Speaking about the technological advancement during the IPC (19th International Scientific Conference on Probiotics, Prebiotics, Gut Microbiota and Health), in Kraków, Poland, earlier this week (June 22-25, 2026), Aniek Even, principal scientist at OnePlanet Research Center, Netherlands, unveiled the opportunities with ingestible technology.
She noted the sector has been largely reliant on stool sampling, a method which provides only a snapshot of the lower GI with no insights into the upper GI which is arguably more important as it governs nutrient absorption, immune tolerance, and local pathogenic overgrowth.
“Stool is not enough when you want to analyze the microbiome.
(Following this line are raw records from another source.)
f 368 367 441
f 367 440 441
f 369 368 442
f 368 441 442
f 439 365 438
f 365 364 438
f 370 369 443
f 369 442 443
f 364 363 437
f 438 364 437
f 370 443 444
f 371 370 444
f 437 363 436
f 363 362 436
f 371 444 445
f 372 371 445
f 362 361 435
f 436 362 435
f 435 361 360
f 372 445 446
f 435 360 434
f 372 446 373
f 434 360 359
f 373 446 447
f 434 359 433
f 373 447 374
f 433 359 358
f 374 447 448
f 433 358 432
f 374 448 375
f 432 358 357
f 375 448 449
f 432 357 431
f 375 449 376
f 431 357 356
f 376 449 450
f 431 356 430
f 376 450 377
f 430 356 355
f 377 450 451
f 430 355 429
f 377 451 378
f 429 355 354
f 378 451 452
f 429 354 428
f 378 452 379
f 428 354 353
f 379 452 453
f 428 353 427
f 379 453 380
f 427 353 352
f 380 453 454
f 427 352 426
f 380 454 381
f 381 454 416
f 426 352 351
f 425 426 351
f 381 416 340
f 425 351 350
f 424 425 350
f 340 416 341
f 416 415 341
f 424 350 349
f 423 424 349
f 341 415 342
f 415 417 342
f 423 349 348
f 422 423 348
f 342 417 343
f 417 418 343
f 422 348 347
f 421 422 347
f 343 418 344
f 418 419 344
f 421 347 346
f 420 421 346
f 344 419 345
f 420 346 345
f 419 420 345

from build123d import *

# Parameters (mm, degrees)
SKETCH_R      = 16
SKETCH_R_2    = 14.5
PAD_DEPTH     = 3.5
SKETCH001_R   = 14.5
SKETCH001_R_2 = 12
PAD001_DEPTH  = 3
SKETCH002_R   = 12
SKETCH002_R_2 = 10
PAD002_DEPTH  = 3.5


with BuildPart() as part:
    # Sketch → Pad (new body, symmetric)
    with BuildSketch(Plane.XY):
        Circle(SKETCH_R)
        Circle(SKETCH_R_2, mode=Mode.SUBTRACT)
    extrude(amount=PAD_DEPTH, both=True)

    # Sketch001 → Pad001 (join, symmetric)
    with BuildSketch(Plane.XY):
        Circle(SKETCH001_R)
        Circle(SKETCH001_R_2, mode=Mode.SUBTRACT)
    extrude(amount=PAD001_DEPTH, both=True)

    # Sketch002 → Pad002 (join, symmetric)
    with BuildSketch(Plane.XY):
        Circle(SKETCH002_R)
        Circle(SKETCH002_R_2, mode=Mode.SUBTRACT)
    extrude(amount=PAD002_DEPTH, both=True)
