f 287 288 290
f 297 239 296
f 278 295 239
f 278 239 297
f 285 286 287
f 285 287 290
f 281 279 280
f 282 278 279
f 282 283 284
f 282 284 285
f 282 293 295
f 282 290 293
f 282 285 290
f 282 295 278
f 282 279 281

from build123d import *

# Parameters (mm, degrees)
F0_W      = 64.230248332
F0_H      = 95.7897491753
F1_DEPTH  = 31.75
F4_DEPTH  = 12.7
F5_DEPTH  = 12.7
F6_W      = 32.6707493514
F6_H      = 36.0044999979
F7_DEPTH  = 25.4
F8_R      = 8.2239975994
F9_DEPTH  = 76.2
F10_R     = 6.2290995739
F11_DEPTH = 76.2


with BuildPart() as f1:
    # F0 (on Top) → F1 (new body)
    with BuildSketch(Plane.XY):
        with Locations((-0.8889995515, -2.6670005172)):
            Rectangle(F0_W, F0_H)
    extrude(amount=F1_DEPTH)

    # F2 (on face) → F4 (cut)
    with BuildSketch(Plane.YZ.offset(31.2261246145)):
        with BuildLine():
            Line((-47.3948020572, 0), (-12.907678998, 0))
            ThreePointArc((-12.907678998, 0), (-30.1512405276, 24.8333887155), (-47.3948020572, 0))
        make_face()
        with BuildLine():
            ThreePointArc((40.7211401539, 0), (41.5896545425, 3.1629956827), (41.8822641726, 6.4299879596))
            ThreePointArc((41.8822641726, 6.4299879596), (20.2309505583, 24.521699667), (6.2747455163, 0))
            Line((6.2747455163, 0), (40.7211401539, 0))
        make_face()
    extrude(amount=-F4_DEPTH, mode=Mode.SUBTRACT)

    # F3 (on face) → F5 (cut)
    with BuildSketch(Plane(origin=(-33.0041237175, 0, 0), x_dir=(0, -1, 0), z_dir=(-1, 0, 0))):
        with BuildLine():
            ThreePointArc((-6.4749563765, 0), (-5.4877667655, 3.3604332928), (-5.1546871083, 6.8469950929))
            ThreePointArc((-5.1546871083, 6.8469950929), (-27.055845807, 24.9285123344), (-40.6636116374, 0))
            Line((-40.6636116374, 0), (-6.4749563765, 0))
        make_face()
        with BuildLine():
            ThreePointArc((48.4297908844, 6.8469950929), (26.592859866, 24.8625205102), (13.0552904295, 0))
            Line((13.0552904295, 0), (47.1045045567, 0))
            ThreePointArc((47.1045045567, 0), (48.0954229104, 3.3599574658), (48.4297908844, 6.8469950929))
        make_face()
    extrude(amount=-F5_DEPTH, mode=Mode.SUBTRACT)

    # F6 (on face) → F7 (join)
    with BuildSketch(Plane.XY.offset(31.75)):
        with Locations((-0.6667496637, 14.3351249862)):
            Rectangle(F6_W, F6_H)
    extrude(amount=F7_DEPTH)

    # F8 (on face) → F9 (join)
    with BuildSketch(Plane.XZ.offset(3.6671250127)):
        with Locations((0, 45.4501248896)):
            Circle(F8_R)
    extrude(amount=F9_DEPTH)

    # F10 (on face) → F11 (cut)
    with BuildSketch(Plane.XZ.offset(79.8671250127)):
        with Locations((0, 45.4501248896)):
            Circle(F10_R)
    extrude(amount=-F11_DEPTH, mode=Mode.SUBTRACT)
It captures the lower end of the GI but doesn’t correlate with other elements of the system.”
After six years in development, the GISMO ingestible sensor capsule was first revealed in 2025. Measuring just 2.1 cm in length and 0.75 cm in width—three times smaller than current capsule endoscopes— the capsules allow samples to be collected from the upper GI, as well as tracked analysis of pH, temperature, and redox balance from mouth to excretion.
“The technology takes readings every 20 seconds along its journey, allowing a profile of parameters along the gut,” Even told delegates.
Noting the existence of a number of smart capsules on the market, Even explained the unique element of this development was its ability to capture redox balance, which is a key parameter of gut health.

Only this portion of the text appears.